Een uniek fossiel in zijn soort ontdekt in Beieren: Skiphosoura bavarica. Dankzij de opmerkelijk goed bewaard gebleven botten vult het een belangrijke evolutionaire leemte in de overgang tussen kleine primitieve pterosauriërs en de gigantische pterodactyloïden uit het late Jura.
De pterosauriërsmajestueuze vliegende reptielen uit het dinosaurustijdperk, vertegenwoordigen een van de grootste raadsels van de evolutie. Deze dieren, de grootste die ooit konden vliegen, hadden lichte botten die ontworpen waren om te vliegen, waardoor hun fossielen uiterst zeldzaam zijn. Wanneer fossielen worden gevonden, zijn ze vaak onvolledig of verbrijzeld, waardoor de beschikbare informatie over meer dan 160 miljoen jaar evolutie wordt beperkt.
Het belangrijkste hiaat in het fossielenbestand betreft de overgang tussen de oudere, kleinere soorten en de pterodactyloïden, met een spanwijdte van wel 10 meter. Deze transitie, gekenmerkt door fundamentele anatomische veranderingen, is lange tijd onderwerp van speculatie geweest.

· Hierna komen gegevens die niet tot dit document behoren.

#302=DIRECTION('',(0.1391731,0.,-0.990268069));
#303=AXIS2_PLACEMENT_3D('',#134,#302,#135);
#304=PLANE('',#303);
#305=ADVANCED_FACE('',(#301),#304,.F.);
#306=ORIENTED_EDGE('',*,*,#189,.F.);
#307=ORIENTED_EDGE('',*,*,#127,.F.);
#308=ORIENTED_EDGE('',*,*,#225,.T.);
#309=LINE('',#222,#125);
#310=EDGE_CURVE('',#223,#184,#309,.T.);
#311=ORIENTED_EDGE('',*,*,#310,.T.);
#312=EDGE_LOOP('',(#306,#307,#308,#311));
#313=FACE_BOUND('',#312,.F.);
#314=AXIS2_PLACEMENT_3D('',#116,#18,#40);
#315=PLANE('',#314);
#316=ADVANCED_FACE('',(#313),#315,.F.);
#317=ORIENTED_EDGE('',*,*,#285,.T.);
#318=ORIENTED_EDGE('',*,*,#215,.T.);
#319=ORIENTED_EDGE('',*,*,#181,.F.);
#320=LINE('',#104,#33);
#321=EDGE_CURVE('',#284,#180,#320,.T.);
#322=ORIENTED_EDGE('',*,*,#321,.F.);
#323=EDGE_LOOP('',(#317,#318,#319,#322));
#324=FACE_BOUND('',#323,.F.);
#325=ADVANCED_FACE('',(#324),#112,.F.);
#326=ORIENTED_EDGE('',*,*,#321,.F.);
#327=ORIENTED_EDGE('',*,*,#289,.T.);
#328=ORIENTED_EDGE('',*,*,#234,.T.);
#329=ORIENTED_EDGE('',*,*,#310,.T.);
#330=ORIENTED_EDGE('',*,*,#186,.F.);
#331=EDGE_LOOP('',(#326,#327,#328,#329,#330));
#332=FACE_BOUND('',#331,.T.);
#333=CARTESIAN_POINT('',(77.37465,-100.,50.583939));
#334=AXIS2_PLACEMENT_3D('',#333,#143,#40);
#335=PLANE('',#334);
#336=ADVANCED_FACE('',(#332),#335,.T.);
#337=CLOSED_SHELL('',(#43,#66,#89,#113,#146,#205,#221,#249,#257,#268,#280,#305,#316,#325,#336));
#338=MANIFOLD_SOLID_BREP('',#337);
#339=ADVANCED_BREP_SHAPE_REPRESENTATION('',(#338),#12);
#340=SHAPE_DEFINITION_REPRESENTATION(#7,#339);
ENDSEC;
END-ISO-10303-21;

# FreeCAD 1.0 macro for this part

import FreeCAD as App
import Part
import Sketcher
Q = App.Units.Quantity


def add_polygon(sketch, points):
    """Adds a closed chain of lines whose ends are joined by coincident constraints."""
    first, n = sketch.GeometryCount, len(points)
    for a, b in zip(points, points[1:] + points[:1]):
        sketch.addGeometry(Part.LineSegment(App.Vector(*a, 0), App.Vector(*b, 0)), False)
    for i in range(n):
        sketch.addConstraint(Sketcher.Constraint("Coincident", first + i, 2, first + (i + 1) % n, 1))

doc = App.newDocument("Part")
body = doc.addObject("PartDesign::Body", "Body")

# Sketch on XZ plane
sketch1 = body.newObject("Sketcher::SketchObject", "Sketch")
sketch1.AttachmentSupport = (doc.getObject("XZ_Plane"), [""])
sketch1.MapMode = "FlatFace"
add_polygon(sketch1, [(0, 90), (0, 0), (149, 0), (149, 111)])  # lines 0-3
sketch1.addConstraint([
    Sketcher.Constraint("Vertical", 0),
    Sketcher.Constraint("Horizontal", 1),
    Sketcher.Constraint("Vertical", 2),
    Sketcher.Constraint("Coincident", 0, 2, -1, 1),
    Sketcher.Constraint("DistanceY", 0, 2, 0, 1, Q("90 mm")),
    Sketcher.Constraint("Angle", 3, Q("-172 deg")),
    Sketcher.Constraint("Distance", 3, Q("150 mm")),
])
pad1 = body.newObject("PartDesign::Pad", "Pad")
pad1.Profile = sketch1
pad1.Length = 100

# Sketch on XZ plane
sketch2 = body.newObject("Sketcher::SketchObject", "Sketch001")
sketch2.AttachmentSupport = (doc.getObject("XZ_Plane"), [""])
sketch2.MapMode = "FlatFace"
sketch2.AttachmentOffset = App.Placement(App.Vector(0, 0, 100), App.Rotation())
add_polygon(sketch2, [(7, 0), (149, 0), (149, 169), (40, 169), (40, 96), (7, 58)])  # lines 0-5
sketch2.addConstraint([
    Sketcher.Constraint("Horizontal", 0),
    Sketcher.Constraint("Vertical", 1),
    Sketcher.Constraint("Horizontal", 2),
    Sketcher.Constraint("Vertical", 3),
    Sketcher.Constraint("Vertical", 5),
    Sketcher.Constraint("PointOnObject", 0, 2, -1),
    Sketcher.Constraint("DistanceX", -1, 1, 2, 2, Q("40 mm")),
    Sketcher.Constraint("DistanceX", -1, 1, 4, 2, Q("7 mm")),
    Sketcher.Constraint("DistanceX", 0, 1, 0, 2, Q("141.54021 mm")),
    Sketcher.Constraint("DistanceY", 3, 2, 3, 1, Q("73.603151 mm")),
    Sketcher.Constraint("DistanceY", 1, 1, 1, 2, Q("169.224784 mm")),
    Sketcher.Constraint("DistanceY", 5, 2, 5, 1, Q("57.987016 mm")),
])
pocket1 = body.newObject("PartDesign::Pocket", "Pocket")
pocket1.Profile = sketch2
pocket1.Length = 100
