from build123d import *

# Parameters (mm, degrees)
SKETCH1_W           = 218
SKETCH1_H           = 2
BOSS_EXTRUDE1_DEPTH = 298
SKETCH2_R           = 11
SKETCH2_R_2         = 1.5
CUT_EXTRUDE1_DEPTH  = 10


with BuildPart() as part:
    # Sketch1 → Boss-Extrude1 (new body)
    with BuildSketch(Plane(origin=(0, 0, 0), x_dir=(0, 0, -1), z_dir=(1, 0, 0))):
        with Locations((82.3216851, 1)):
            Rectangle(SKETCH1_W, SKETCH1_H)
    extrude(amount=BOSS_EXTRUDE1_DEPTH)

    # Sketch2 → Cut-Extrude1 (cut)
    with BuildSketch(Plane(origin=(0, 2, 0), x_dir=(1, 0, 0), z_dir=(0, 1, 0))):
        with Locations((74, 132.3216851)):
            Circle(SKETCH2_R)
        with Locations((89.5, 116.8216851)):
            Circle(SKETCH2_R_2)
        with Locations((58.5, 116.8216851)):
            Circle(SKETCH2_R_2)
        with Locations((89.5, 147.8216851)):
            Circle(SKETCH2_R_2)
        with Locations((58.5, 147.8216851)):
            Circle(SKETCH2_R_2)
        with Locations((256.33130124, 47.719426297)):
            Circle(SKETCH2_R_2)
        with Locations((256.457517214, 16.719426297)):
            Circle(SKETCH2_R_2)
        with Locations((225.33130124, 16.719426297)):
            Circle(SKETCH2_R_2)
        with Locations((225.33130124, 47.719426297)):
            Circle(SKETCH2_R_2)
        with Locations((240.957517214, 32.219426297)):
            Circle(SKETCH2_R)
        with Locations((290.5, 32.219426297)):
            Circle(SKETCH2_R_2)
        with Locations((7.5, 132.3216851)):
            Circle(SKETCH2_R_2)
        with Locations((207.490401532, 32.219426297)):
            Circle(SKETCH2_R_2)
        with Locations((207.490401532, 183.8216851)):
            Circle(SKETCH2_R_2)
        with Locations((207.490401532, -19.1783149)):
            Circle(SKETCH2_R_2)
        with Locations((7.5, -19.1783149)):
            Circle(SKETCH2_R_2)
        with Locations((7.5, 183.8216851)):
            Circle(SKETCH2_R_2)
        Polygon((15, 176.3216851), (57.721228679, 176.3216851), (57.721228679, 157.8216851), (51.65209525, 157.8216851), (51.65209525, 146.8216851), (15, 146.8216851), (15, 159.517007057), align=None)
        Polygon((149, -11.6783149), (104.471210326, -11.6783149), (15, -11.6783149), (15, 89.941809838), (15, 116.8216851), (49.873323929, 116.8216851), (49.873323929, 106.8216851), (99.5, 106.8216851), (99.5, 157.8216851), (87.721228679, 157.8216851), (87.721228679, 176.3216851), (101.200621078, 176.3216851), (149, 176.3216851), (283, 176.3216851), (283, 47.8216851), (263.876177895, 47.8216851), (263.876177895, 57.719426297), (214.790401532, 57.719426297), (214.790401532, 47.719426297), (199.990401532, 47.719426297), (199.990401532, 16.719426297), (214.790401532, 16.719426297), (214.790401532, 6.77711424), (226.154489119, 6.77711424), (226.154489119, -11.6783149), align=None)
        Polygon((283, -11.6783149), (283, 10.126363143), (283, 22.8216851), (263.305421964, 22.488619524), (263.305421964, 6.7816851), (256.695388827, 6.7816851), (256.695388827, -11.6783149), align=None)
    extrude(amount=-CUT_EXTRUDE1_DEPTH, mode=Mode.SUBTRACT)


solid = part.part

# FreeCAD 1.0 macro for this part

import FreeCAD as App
import Part
import Sketcher

doc = App.newDocument("Part")
body = doc.addObject("PartDesign::Body", "Body")

sketch1 = body.newObject("Sketcher::SketchObject", "Sketch")
sketch1.AttachmentSupport = (doc.getObject("YZ_Plane"), [""])
sketch1.MapMode = "FlatFace"
sketch1.addGeometry(Part.LineSegment(App.Vector(2, 26.7, 0), App.Vector(0, 26.7, 0)), False)
sketch1.addGeometry(Part.LineSegment(App.Vector(0, 26.7, 0), App.Vector(0, -191.3, 0)), False)
sketch1.addGeometry(Part.LineSegment(App.Vector(0, -191.3, 0), App.Vector(2, -191.3, 0)), False)
sketch1.addGeometry(Part.LineSegment(App.Vector(2, -191.3, 0), App.Vector(2, 26.7, 0)), False)
sketch1.addConstraint(Sketcher.Constraint("Coincident", 0, 2, 1, 1))
sketch1.addConstraint(Sketcher.Constraint("Coincident", 1, 2, 2, 1))
sketch1.addConstraint(Sketcher.Constraint("Coincident", 2, 2, 3, 1))
sketch1.addConstraint(Sketcher.Constraint("Coincident", 3, 2, 0, 1))
sketch1.addConstraint(Sketcher.Constraint("Horizontal", 0))
sketch1.addConstraint(Sketcher.Constraint("Vertical", 1))
sketch1.addConstraint(Sketcher.Constraint("Horizontal", 2))
sketch1.addConstraint(Sketcher.Constraint("Vertical", 3))
sketch1.addConstraint(Sketcher.Constraint("PointOnObject", 0, 2, -2))
sketch1.addConstraint(Sketcher.Constraint("DistanceX", 0, 2, 0, 1, 2.0))
sketch1.addConstraint(Sketcher.Constraint("DistanceY", 1, 2, 1, 1, 218.0))
sketch1.addConstraint(Sketcher.Constraint("DistanceY", -1, 1, 0, 2, 26.678315))
pad1 = body.newObject("PartDesign::Pad", "Pad")
pad1.Profile = sketch1
pad1.Length = 298

sketch2 = body.newObject("Sketcher::SketchObject", "Sketch001")
sketch2.AttachmentSupport = (doc.getObject("XZ_Plane"), [""])
sketch2.MapMode = "FlatFace"
sketch2.AttachmentOffset = App.Placement(App.Vector(0, 0, -2), App.Rotation())
sketch2.addGeometry(Part.Circle(App.Vector(74, -132.3, 0), App.Vector(0, 0, 1), 11), False)
sketch2.addGeometry(Part.Circle(App.Vector(89.5, -116.8, 0), App.Vector(0, 0, 1), 1.5), False)
sketch2.addGeometry(Part.Circle(App.Vector(58.5, -116.8, 0), App.Vector(0, 0, 1), 1.5), False)
sketch2.addGeometry(Part.Circle(App.Vector(89.5, -147.8, 0), App.Vector(0, 0, 1), 1.5), False)
sketch2.addGeometry(Part.Circle(App.Vector(58.5, -147.8, 0), App.Vector(0, 0, 1), 1.5), False)
sketch2.addGeometry(Part.Circle(App.Vector(256.3, -47.7, 0), App.Vector(0, 0, 1), 1.5), False)
sketch2.addGeometry(Part.Circle(App.Vector(256.5, -16.7, 0), App.Vector(0, 0, 1), 1.5), False)
sketch2.addGeometry(Part.Circle(App.Vector(225.3, -16.7, 0), App.Vector(0, 0, 1), 1.5), False)
sketch2.addGeometry(Part.Circle(App.Vector(225.3, -47.7, 0), App.Vector(0, 0, 1), 1.5), False)
sketch2.addGeometry(Part.Circle(App.Vector(241, -32.2, 0), App.Vector(0, 0, 1), 11), False)
sketch2.addGeometry(Part.Circle(App.Vector(290.5, -32.2, 0), App.Vector(0, 0, 1), 1.5), False)
sketch2.addGeometry(Part.Circle(App.Vector(7.5, -132.3, 0), App.Vector(0, 0, 1), 1.5), False)
sketch2.addGeometry(Part.Circle(App.Vector(207.5, -32.2, 0), App.Vector(0, 0, 1), 1.5), False)
sketch2.addGeometry(Part.Circle(App.Vector(207.5, -183.8, 0), App.Vector(0, 0, 1), 1.5), False)
sketch2.addGeometry(Part.Circle(App.Vector(207.5, 19.2, 0), App.Vector(0, 0, 1), 1.5), False)
sketch2.addGeometry(Part.Circle(App.Vector(7.5, 19.2, 0), App.Vector(0, 0, 1), 1.5), False)
sketch2.addGeometry(Part.Circle(App.Vector(7.5, -183.8, 0), App.Vector(0, 0, 1), 1.5), False)
sketch2.addGeometry(Part.LineSegment(App.Vector(57.7, -176.3, 0), App.Vector(15, -176.3, 0)), False)
sketch2.addGeometry(Part.LineSegment(App.Vector(15, -176.3, 0), App.Vector(15, -146.8, 0)), False)
sketch2.addGeometry(Part.LineSegment(App.Vector(15, -146.8, 0), App.Vector(51.7, -146.8, 0)), False)
sketch2.addGeometry(Part.LineSegment(App.Vector(51.7, -146.8, 0), App.Vector(51.7, -157.8, 0)), False)
sketch2.addGeometry(Part.LineSegment(App.Vector(51.7, -157.8, 0), App.Vector(57.7, -157.8, 0)), False)
sketch2.addGeometry(Part.LineSegment(App.Vector(57.7, -157.8, 0), App.Vector(57.7, -176.3, 0)), False)
sketch2.addGeometry(Part.LineSegment(App.Vector(15, 11.7, 0), App.Vector(226.2, 11.7, 0)), False)
sketch2.addGeometry(Part.LineSegment(App.Vector(226.2, 11.7, 0), App.Vector(226.2, -6.8, 0)), False)
sketch2.addGeometry(Part.LineSegment(App.Vector(226.2, -6.8, 0), App.Vector(214.8, -6.8, 0)), False)
sketch2.addGeometry(Part.LineSegment(App.Vector(214.8, -6.8, 0), App.Vector(214.8, -16.7, 0)), False)
sketch2.addGeometry(Part.LineSegment(App.Vector(214.8, -16.7, 0), App.Vector(200, -16.7, 0)), False)
sketch2.addGeometry(Part.LineSegment(App.Vector(200, -16.7, 0), App.Vector(200, -47.7, 0)), False)
sketch2.addGeometry(Part.LineSegment(App.Vector(200, -47.7, 0), App.Vector(214.8, -47.7, 0)), False)
sketch2.addGeometry(Part.LineSegment(App.Vector(214.8, -47.7, 0), App.Vector(214.8, -57.7, 0)), False)
sketch2.addGeometry(Part.LineSegment(App.Vector(214.8, -57.7, 0), App.Vector(263.9, -57.7, 0)), False)
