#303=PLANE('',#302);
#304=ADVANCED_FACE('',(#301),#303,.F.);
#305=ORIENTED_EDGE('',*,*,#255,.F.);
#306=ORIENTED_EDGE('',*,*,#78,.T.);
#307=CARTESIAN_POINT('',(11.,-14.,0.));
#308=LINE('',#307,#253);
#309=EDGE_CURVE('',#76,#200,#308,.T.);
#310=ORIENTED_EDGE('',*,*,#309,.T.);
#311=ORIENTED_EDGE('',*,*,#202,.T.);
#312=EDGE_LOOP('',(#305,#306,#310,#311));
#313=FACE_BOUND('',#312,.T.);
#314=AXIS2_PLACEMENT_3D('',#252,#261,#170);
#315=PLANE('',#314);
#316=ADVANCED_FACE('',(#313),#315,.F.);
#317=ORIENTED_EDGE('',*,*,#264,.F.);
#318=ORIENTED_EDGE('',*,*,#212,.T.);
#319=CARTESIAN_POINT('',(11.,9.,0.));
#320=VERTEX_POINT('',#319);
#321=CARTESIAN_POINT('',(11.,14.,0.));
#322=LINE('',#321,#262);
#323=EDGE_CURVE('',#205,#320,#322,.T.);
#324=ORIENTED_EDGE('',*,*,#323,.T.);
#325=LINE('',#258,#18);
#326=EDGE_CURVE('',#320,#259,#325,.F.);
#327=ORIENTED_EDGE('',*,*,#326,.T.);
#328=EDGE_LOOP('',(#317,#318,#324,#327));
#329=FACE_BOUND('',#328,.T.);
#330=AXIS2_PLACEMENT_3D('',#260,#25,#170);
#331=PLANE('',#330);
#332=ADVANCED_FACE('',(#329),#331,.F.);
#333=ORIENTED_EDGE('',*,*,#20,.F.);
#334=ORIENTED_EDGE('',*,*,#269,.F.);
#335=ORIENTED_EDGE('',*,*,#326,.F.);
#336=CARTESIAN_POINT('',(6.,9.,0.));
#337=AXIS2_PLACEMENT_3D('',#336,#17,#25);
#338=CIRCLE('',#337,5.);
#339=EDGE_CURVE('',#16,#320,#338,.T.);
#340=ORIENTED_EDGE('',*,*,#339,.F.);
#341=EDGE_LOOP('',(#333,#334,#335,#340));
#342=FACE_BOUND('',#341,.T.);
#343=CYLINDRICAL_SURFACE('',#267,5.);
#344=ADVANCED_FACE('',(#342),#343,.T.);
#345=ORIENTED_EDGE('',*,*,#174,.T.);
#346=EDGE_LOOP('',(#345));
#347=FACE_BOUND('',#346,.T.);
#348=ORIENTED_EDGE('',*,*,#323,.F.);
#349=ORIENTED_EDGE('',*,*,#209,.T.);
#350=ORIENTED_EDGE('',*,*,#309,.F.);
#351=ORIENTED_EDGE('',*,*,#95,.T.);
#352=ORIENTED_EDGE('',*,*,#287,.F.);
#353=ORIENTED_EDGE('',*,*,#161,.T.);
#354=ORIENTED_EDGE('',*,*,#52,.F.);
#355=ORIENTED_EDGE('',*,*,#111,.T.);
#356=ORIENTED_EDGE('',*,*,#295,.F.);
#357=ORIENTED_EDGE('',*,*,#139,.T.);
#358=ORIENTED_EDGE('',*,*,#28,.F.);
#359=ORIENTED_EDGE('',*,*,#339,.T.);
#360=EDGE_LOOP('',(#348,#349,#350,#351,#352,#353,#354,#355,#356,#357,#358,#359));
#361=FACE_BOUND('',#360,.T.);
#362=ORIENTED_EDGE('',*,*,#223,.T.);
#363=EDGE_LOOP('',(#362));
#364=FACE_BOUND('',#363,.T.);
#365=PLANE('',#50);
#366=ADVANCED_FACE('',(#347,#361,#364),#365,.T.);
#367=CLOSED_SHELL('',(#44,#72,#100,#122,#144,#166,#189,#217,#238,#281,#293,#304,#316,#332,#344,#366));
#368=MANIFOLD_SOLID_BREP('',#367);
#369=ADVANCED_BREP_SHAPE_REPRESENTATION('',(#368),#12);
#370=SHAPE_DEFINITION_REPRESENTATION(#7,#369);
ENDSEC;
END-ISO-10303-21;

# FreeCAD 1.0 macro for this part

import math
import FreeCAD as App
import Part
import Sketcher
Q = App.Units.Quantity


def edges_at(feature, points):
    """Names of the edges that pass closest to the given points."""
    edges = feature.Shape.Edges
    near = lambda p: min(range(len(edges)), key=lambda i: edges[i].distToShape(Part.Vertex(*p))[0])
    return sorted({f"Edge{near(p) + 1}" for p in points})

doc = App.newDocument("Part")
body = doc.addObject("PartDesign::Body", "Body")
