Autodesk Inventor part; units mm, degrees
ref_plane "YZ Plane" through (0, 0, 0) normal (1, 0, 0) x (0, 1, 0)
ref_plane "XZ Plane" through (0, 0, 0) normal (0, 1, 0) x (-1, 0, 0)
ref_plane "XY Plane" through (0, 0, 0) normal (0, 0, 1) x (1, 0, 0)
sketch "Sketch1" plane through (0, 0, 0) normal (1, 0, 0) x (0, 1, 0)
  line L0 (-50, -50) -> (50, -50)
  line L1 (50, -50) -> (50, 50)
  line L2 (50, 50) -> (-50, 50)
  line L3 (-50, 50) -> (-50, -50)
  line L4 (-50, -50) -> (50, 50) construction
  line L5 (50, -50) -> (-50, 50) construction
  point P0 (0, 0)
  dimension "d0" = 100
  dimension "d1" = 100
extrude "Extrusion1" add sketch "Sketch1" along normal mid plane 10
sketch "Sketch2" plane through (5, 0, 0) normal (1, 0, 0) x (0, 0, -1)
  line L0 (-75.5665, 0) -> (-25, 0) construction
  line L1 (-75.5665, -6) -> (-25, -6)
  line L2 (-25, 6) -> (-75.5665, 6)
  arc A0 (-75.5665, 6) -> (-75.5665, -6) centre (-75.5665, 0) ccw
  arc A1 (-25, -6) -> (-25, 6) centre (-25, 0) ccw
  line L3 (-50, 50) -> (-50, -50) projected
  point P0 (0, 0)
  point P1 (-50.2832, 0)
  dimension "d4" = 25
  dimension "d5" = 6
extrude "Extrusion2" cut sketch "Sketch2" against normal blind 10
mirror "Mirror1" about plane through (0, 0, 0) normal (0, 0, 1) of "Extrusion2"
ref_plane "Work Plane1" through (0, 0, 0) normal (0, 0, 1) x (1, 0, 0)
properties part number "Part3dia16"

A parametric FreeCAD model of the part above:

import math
import FreeCAD as App
import Part
import Sketcher
Q = App.Units.Quantity

doc = App.newDocument("Part")
body = doc.addObject("PartDesign::Body", "Body")

# Sketch on YZ plane
sketch1 = body.newObject("Sketcher::SketchObject", "Sketch")
sketch1.AttachmentSupport = (doc.getObject("YZ_Plane"), [""])
sketch1.MapMode = "FlatFace"
sketch1.addGeometry([
    Part.LineSegment(App.Vector(-50, 50, 0), App.Vector(-50, -50, 0)),
    Part.LineSegment(App.Vector(-50, -50, 0), App.Vector(50, -50, 0)),
    Part.LineSegment(App.Vector(50, -50, 0), App.Vector(50, 50, 0)),
    Part.LineSegment(App.Vector(50, 50, 0), App.Vector(-50, 50, 0)),
], False)
sketch1.addConstraint([
    Sketcher.Constraint("Coincident", 0, 2, 1, 1),
    Sketcher.Constraint("Coincident", 1, 2, 2, 1),
    Sketcher.Constraint("Coincident", 2, 2, 3, 1),
    Sketcher.Constraint("Coincident", 3, 2, 0, 1),
    Sketcher.Constraint("Vertical", 0),
    Sketcher.Constraint("Horizontal", 1),
    Sketcher.Constraint("Vertical", 2),
    Sketcher.Constraint("Horizontal", 3),
    Sketcher.Constraint("Symmetric", 0, 2, 2, 2, -1, 1),
    Sketcher.Constraint("Equal", 3, 0),
    Sketcher.Constraint("DistanceX", 1, 1, 1, 2, Q("100 mm")),
])
pad1 = body.newObject("PartDesign::Pad", "Pad")
pad1.Profile = sketch1
pad1.Length = 10
pad1.Midplane = True

# Sketch on YZ plane
sketch2 = body.newObject("Sketcher::SketchObject", "Sketch001")
sketch2.AttachmentSupport = (doc.getObject("YZ_Plane"), [""])
sketch2.MapMode = "FlatFace"
sketch2.AttachmentOffset = App.Placement(App.Vector(0, 0, 5), App.Rotation())
sketch2.addGeometry([
    Part.ArcOfCircle(Part.Circle(App.Vector(0, 75.5665, 0), App.Vector(0, 0, 1), 6), math.radians(0), math.radians(180)),
    Part.LineSegment(App.Vector(-6, 75.5665, 0), App.Vector(-6, 25, 0)),
    Part.ArcOfCircle(Part.Circle(App.Vector(0, 25, 0), App.Vector(0, 0, 1), 6), math.radians(180), math.radians(360)),
    Part.LineSegment(App.Vector(6, 25, 0), App.Vector(6, 75.5665, 0)),
], False)
sketch2.addConstraint([
    Sketcher.Constraint("Tangent", 0, 2, 1, 1),
    Sketcher.Constraint("Tangent", 1, 2, 2, 1),
    Sketcher.Constraint("Tangent", 2, 2, 3, 1),
    Sketcher.Constraint("Tangent", 3, 2, 0, 1),
    Sketcher.Constraint("Vertical", 1),
    Sketcher.Constraint("Vertical", 3),
    Sketcher.Constraint("PointOnObject", 0, 3, -2),
    Sketcher.Constraint("Radius", 0, Q("6 mm")),
    Sketcher.Constraint("DistanceY", -1, 1, 2, 3, Q("25 mm")),
    Sketcher.Constraint("DistanceY", 1, 2, 1, 1, Q("50.5665 mm")),
])
pocket1 = body.newObject("PartDesign::Pocket", "Pocket")
pocket1.Profile = sketch2
pocket1.Length = 10
doc.recompute()

mirrored = body.newObject("PartDesign::Mirrored", "Mirrored")
mirrored.Originals = [pocket1]
mirrored.MirrorPlane = (doc.getObject("XY_Plane"), [""])
body.Tip = mirrored

doc.recompute()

Een uniek fossiel: intacte botten en ongekende details
De uitzonderlijke ontdekking van Skiphosoura bavaricaontdekt in de Schaudiberg-groeve in de regio Solnhofen, markeert een buitengewone stap voorwaarts. Dit fossiel, dat kan worden gedateerd in een tussenperiode tussen de kleine voorouders van pterosauriërs en de gigantische pterodactyloïden, bewaart bijna alle botten in drie dimensies, een zeer zeldzame gebeurtenis. Ondanks de ongebruikelijke “verplaatste” opstelling van de botten, stelde de analyse van het fossiel wetenschappers in staat cruciale veranderingen in de botstructuur te identificeren die mogelijk de weg hebben geëffend voor de enorme groei van de vleugels.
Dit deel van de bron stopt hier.